[[ Task material open ]]

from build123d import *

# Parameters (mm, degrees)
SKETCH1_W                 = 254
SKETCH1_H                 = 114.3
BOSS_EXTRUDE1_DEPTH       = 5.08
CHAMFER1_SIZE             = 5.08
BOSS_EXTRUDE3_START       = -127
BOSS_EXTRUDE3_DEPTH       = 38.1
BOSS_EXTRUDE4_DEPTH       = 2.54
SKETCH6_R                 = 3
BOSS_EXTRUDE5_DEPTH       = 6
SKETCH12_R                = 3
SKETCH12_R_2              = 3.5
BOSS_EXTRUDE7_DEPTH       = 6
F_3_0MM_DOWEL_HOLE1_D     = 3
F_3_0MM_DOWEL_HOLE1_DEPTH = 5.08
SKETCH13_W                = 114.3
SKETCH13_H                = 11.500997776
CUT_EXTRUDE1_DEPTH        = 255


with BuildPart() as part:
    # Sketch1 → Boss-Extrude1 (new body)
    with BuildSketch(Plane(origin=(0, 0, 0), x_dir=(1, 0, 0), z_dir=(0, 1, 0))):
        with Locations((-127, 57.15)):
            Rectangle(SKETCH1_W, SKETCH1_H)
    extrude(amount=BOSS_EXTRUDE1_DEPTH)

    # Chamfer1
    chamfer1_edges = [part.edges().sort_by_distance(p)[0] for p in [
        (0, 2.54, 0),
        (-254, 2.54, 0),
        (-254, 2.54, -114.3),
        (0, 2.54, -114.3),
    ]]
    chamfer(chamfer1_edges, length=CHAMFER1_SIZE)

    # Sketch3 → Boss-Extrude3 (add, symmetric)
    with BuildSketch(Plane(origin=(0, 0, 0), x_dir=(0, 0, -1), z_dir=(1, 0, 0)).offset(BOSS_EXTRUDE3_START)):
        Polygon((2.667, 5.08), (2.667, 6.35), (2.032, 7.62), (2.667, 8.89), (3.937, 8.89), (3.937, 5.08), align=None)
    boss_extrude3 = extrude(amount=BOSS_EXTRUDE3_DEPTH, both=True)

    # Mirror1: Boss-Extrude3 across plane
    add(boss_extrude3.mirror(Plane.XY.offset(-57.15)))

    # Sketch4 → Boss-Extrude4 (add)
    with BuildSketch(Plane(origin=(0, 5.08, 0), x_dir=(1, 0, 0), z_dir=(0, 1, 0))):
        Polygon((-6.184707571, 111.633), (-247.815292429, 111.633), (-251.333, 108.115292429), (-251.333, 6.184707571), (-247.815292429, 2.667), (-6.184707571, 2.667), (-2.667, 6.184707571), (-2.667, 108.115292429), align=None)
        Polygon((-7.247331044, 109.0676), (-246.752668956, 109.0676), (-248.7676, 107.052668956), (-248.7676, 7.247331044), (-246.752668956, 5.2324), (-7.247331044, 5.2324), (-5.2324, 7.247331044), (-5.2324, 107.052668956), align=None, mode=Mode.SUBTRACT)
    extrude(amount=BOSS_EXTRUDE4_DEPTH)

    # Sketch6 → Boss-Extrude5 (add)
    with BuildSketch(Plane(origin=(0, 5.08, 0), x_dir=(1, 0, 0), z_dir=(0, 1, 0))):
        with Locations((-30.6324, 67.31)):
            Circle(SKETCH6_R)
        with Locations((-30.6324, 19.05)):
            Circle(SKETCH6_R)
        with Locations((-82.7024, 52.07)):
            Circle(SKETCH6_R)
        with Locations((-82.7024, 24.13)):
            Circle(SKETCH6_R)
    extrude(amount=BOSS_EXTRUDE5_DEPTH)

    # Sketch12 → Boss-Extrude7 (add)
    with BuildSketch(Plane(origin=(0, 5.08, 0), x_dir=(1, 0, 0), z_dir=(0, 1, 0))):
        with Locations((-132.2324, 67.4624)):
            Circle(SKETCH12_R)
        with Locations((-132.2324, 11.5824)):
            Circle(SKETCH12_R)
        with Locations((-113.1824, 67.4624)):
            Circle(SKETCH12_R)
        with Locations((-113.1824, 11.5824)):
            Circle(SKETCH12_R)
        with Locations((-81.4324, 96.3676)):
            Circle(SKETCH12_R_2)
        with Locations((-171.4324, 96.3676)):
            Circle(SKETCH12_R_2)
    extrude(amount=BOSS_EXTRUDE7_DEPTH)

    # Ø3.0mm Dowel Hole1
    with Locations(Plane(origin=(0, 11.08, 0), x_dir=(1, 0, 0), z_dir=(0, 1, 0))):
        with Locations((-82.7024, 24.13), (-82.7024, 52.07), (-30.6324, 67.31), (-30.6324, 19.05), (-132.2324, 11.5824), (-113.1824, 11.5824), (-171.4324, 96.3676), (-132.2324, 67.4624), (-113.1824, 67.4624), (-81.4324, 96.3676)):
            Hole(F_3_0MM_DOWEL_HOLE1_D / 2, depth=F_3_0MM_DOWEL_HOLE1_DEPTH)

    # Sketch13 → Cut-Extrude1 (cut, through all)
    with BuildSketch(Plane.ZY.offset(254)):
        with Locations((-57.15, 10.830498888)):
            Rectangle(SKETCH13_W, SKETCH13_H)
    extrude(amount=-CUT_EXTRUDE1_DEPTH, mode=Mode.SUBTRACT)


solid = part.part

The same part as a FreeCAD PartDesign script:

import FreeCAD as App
import Part
import Sketcher
from FreeCAD import Vector
Q = App.Units.Quantity


def edges_at(feature, points):
    """Names of the edges that pass closest to the given points."""
    edges = feature.Shape.Edges
    near = lambda p: min(range(len(edges)), key=lambda i: edges[i].distToShape(Part.Vertex(*p))[0])
    return sorted({f"Edge{near(p) + 1}" for p in points})


def add_polygon(sketch, points):
    """Adds a closed chain of lines whose ends are joined by coincident constraints."""
    first, n = sketch.GeometryCount, len(points)
    for a, b in zip(points, points[1:] + points[:1]):
        sketch.addGeometry(Part.LineSegment(App.Vector(*a, 0), App.Vector(*b, 0)), False)
    for i in range(n):
        sketch.addConstraint(Sketcher.Constraint("Coincident", first + i, 2, first + (i + 1) % n, 1))

doc = App.newDocument("Part")
body = doc.addObject("PartDesign::Body", "Body")

# Sketch on XZ plane
sketch1 = body.newObject("Sketcher::SketchObject", "Sketch")
sketch1.AttachmentSupport = (doc.getObject("XZ_Plane"), [""])
sketch1.MapMode = "FlatFace"
add_polygon(sketch1, [(-254, -114), (-254, 0), (0, 0), (0, -114)])  # lines 0-3
sketch1.addConstraint(Sketcher.Constraint("Vertical", 0))
sketch1.addConstraint(Sketcher.Constraint("Horizontal", 1))
sketch1.addConstraint(Sketcher.Constraint("Vertical", 2))
sketch1.addConstraint(Sketcher.Constraint("Horizontal", 3))
sketch1.addConstraint(Sketcher.Constraint("Coincident", 1, 2, -1, 1))
sketch1.addConstraint(Sketcher.Constraint("DistanceX", 1, 1, 1, 2, Q("10 in")))
sketch1.addConstraint(Sketcher.Constraint("DistanceY", 0, 1, 0, 2, Q("4.5 in")))
pad1 = body.newObject("PartDesign::Pad", "Pad")
pad1.Profile = sketch1
pad1.Length = Q("0.2 in")
pad1.Reversed = True
doc.recompute()

chamfer = body.newObject("PartDesign::Chamfer", "Chamfer")
chamfer.Base = (pad1, edges_at(pad1, [
    (0, 2.54, 0),
    (-254, 2.54, 0),
    (-254, 2.54, -114.3),
    (0, 2.54, -114.3),
]))
chamfer.Size = Q("0.2 in")

# Sketch on YZ plane
sketch2 = body.newObject("Sketcher::SketchObject", "Sketch001")
sketch2.AttachmentSupport = (doc.getObject("YZ_Plane"), [""])
sketch2.MapMode = "FlatFace"
sketch2.AttachmentOffset = App.Placement(Vector(0, 0, -5 * 25.4), App.Rotation())
add_polygon(sketch2, [(6.3, -2.7), (5.1, -2.7), (5.1, -3.9), (8.9, -3.9), (8.9, -2.7), (7.6, -2)])  # lines 0-5
sketch2.addConstraint(Sketcher.Constraint("Horizontal", 0))
sketch2.addConstraint(Sketcher.Constraint("Vertical", 1))
sketch2.addConstraint(Sketcher.Constraint("Horizontal", 2))
sketch2.addConstraint(Sketcher.Constraint("Vertical", 3))
sketch2.addConstraint(Sketcher.Constraint("Horizontal", 0, 2, 3, 2))
sketch2.addConstraint(Sketcher.Constraint("Equal", 0, 1))
sketch2.addConstraint(Sketcher.Constraint("Equal", 4, 5))
sketch2.addConstraint(Sketcher.Constraint("DistanceX", 0, 2, 0, 1, Q("0.05 in")))
sketch2.addConstraint(Sketcher.Constraint("DistanceX", 2, 1, 2, 2, Q("0.15 in")))
sketch2.addConstraint(Sketcher.Constraint("DistanceX", -1, 1, 0, 2, Q("0.2 in")))
sketch2.addConstraint(Sketcher.Constraint("DistanceY", 4, 2, -1, 1, Q("0.08 in")))
sketch2.addConstraint(Sketcher.Constraint("DistanceY", 0, 2, -1, 1, Q("0.105 in")))
pad2 = body.newObject("PartDesign::Pad", "Pad001")
pad2.Profile = sketch2
pad2.Length = Q("3 in")
pad2.Midplane = True
doc.recompute()
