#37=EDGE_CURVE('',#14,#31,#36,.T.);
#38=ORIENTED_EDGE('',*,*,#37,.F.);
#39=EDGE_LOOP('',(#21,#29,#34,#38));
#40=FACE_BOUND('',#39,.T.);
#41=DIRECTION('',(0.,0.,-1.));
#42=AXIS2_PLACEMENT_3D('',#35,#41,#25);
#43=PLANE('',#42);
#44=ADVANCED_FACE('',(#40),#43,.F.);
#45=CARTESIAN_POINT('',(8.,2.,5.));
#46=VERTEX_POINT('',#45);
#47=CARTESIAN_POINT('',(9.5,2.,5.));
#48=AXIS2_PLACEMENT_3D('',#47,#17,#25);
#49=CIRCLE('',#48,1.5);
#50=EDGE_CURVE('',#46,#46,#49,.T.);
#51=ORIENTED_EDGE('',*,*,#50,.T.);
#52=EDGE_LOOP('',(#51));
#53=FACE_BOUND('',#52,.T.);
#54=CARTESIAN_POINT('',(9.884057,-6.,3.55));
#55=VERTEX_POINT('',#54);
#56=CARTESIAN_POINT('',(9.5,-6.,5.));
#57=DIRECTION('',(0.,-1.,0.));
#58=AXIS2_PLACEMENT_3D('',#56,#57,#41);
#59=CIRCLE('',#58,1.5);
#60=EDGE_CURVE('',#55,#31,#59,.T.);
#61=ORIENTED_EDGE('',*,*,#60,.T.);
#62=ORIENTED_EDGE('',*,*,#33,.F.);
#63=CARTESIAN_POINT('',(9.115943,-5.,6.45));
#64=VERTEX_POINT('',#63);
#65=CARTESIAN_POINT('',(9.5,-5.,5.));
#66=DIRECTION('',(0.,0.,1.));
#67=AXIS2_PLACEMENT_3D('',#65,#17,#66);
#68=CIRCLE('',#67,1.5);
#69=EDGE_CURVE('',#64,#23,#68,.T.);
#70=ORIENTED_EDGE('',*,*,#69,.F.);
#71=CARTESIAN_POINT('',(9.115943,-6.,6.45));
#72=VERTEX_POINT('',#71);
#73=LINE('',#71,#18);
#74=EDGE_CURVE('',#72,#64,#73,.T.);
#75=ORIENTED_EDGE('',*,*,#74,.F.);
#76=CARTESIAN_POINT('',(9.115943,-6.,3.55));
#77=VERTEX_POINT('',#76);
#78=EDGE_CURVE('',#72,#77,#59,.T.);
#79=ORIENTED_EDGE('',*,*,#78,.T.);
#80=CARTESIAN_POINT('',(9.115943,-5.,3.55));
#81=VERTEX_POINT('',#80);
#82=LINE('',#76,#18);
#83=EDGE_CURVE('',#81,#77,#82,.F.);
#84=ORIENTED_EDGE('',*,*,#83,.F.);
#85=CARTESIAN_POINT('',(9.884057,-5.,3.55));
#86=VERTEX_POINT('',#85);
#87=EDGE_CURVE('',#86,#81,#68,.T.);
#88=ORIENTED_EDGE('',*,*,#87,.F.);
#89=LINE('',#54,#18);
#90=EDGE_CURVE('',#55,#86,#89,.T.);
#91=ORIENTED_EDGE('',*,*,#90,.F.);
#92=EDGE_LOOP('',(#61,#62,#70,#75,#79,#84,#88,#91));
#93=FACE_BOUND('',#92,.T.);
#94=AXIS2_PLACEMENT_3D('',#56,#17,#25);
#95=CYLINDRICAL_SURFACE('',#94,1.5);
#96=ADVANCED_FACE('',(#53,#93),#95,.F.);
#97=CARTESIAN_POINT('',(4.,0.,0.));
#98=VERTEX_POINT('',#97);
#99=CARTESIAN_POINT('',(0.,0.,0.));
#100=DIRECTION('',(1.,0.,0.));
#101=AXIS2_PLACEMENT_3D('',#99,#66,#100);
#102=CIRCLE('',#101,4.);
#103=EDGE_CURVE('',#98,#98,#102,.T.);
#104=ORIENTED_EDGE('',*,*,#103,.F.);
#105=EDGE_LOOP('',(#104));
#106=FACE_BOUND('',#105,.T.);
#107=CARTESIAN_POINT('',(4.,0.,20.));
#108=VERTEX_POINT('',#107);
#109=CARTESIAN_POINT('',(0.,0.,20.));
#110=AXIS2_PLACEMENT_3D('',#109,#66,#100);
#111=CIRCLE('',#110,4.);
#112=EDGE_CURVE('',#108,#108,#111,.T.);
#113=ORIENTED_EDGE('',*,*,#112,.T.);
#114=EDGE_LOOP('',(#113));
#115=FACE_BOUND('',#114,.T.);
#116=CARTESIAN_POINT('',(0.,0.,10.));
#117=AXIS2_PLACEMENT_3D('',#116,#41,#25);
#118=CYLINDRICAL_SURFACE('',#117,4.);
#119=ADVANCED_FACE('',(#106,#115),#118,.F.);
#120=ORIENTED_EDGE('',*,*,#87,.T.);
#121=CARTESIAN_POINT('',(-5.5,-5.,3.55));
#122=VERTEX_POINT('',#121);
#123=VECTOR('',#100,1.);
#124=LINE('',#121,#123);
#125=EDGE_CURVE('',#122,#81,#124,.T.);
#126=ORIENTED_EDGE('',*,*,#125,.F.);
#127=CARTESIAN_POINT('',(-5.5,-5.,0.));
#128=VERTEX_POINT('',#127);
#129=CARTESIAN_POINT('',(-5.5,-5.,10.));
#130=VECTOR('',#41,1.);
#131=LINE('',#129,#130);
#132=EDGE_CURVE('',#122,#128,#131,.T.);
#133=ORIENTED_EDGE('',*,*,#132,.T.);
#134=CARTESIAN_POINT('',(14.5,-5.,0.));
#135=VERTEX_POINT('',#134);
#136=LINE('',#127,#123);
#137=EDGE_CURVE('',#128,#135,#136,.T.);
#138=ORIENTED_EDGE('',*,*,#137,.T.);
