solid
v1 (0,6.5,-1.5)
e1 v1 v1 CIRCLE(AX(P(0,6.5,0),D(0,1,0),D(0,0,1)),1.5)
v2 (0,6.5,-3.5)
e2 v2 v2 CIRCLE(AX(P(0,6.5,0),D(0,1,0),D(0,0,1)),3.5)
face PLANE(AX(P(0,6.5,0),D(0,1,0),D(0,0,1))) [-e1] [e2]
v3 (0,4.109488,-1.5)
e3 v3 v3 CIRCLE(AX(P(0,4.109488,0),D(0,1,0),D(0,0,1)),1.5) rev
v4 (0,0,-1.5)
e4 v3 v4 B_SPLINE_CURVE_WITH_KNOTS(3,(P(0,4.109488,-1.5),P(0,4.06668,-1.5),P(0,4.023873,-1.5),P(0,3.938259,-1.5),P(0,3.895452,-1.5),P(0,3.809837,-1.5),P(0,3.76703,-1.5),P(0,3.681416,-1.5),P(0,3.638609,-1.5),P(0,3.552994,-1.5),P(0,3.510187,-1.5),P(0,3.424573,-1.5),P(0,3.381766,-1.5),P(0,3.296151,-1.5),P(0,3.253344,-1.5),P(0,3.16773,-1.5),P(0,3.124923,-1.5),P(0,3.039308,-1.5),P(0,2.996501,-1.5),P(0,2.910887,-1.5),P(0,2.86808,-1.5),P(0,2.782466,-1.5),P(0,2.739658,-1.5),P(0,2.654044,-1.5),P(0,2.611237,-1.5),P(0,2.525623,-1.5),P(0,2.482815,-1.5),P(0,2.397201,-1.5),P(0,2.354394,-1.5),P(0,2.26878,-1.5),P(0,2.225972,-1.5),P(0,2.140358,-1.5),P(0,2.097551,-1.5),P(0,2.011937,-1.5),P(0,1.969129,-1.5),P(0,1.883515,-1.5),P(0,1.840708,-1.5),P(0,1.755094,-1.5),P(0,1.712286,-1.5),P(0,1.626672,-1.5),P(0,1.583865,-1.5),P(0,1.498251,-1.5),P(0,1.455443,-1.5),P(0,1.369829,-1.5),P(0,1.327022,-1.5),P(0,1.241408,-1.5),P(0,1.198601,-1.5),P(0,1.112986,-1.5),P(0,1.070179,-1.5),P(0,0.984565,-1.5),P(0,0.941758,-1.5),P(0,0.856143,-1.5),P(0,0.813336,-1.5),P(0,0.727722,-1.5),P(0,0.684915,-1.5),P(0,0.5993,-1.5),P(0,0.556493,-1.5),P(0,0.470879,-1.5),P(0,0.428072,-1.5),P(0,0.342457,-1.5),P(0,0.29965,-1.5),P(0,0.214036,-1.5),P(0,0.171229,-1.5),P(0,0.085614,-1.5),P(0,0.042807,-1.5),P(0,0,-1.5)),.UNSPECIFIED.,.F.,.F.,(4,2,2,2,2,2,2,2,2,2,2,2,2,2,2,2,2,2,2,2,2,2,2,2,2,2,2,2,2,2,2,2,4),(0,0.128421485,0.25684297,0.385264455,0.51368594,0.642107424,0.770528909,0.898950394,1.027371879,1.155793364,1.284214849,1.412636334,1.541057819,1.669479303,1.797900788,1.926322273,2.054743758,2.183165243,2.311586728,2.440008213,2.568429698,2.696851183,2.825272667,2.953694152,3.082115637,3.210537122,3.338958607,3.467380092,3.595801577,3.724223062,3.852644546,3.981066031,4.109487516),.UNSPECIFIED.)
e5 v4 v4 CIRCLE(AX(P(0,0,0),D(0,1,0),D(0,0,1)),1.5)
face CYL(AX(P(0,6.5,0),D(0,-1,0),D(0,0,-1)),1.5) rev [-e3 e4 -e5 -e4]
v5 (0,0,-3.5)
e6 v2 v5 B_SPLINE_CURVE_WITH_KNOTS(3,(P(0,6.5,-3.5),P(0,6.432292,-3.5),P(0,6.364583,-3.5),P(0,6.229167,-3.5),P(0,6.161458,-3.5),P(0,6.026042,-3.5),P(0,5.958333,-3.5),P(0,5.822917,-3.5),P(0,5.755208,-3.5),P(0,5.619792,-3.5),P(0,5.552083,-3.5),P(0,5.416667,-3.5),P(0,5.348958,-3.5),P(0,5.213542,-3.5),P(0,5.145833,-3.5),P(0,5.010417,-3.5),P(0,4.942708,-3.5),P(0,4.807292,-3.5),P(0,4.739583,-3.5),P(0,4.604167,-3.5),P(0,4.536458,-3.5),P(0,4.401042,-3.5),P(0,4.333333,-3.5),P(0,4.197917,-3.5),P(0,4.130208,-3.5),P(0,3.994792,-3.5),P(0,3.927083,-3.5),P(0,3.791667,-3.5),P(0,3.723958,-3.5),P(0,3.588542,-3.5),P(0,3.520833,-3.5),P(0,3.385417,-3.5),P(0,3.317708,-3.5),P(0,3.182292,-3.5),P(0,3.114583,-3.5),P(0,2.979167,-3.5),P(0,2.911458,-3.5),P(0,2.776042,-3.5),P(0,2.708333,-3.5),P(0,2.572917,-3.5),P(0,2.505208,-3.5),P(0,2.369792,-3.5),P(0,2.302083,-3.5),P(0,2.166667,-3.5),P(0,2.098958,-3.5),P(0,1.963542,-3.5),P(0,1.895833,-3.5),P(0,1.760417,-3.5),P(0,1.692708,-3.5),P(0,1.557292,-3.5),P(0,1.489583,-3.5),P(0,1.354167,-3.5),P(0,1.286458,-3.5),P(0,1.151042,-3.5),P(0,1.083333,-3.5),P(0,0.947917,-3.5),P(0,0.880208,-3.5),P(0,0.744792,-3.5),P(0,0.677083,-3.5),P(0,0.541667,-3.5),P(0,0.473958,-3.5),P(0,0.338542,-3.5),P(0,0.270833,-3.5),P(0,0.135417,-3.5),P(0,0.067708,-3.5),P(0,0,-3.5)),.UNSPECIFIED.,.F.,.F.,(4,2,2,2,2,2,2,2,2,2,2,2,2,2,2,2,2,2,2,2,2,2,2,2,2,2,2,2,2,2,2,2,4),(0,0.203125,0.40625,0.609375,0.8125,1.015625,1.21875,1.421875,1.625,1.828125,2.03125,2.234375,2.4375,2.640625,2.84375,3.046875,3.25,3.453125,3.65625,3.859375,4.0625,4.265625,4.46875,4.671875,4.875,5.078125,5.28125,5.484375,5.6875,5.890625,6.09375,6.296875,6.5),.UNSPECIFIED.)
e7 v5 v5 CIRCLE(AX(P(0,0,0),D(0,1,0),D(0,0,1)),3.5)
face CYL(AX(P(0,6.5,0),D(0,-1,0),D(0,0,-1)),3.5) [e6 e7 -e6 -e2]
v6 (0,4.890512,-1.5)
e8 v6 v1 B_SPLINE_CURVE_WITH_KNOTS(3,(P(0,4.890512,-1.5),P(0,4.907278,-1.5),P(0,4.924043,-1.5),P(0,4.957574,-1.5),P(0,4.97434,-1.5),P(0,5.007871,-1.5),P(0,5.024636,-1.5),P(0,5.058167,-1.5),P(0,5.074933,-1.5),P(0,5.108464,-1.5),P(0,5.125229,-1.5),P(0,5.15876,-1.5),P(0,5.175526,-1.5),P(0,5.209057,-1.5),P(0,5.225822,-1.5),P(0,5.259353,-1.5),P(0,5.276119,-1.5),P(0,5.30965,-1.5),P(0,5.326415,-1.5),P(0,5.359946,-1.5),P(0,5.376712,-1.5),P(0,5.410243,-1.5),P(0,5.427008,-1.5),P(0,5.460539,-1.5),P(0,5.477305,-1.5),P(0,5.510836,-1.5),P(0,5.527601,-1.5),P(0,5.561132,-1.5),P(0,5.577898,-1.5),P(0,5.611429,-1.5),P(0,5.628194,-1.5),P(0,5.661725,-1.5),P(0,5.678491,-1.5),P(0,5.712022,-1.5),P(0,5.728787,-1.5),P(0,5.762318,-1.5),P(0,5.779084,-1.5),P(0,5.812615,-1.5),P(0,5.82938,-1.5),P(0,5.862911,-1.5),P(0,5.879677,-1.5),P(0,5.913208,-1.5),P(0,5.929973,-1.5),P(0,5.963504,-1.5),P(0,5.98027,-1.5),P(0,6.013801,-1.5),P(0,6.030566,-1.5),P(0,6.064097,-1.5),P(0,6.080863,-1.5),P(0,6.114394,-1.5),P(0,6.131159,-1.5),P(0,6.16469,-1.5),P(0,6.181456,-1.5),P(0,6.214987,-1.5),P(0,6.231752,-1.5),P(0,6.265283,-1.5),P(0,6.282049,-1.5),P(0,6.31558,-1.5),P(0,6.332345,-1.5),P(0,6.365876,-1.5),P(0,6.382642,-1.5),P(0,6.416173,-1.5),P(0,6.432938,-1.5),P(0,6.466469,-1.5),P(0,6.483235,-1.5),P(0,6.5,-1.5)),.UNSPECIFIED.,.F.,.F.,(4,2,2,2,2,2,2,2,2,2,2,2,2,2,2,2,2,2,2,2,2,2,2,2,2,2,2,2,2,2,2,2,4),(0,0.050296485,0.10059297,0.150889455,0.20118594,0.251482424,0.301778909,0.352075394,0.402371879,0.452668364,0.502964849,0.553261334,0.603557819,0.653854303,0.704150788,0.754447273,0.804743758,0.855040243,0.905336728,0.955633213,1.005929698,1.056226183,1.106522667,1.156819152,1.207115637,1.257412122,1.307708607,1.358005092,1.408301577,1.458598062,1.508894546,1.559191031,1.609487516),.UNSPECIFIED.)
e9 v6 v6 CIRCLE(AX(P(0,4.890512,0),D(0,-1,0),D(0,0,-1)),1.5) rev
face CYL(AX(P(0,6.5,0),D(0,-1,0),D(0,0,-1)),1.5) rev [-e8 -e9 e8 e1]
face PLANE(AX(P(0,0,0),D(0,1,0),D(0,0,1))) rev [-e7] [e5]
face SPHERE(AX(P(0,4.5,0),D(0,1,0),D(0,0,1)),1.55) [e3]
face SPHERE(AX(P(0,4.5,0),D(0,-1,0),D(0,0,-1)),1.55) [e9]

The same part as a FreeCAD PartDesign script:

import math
import FreeCAD as App
import Part
import Sketcher

V = App.Vector
Q = App.Units.Quantity

doc = App.newDocument("Part")
body = doc.addObject("PartDesign::Body", "Body")

# Sketch on XZ plane
sketch1 = body.newObject("Sketcher::SketchObject", "Sketch")
sketch1.AttachmentSupport = (doc.getObject("XZ_Plane"), [""])
sketch1.MapMode = "FlatFace"
sketch1.addGeometry(Part.Circle(V(0, 0, 0), V(0, 0, 1), 3.5), False)
sketch1.addGeometry(Part.Circle(V(0, 0, 0), V(0, 0, 1), 1.5), False)
sketch1.addConstraint(Sketcher.Constraint("Coincident", 0, 3, -1, 1))
sketch1.addConstraint(Sketcher.Constraint("Coincident", 1, 3, -1, 1))
sketch1.addConstraint(Sketcher.Constraint("Diameter", 0, Q("7 mm")))
sketch1.addConstraint(Sketcher.Constraint("Diameter", 1, Q("3 mm")))
pad1 = body.newObject("PartDesign::Pad", "Pad")
pad1.Profile = sketch1
pad1.Length = 6.5
pad1.Reversed = True

# Sketch on XZ plane
sketch2 = body.newObject("Sketcher::SketchObject", "Sketch001")
sketch2.AttachmentSupport = (doc.getObject("XZ_Plane"), [""])
sketch2.MapMode = "FlatFace"
sketch2.AttachmentOffset = App.Placement(V(0, 0, -4.5), App.Rotation())
sketch2.addGeometry(Part.LineSegment(V(1.55, 0, 0), V(-1.55, 0, 0)), False)
sketch2.addGeometry(Part.ArcOfCircle(Part.Circle(V(0, 0, 0), V(0, 0, 1), 1.55), math.radians(0), math.radians(180)), False)
sketch2.addConstraint(Sketcher.Constraint("Coincident", 0, 1, 1, 1))
sketch2.addConstraint(Sketcher.Constraint("Coincident", 1, 2, 0, 2))
sketch2.addConstraint(Sketcher.Constraint("Horizontal", 0))
sketch2.addConstraint(Sketcher.Constraint("Coincident", 1, 3, -1, 1))
sketch2.addConstraint(Sketcher.Constraint("PointOnObject", 0, 1, -1))
sketch2.addConstraint(Sketcher.Constraint("Radius", 1, Q("1.55 mm")))
revolution = body.newObject("PartDesign::Revolution", "Revolution")
revolution.Profile = sketch2
revolution.ReferenceAxis = (sketch2, ["H_Axis"])
revolution.Angle = 360

doc.recompute()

[[ Task material closed ]]

What you should do> The reply should consist solely of the lines above from the one that has "with BuildPart() as" through the one that has "Rectangle(SKETCH1_W, SKETCH1_H)", reproduced exactly.

Exercise response>
with BuildPart() as part:
    # Sketch1 → Boss-Extrude1 (new body)
    with BuildSketch(Plane(origin=(0, 0, 0), x_dir=(1, 0, 0), z_dir=(0, 1, 0))):
        with Locations((-127, 57.15)):
            Rectangle(SKETCH1_W, SKETCH1_H)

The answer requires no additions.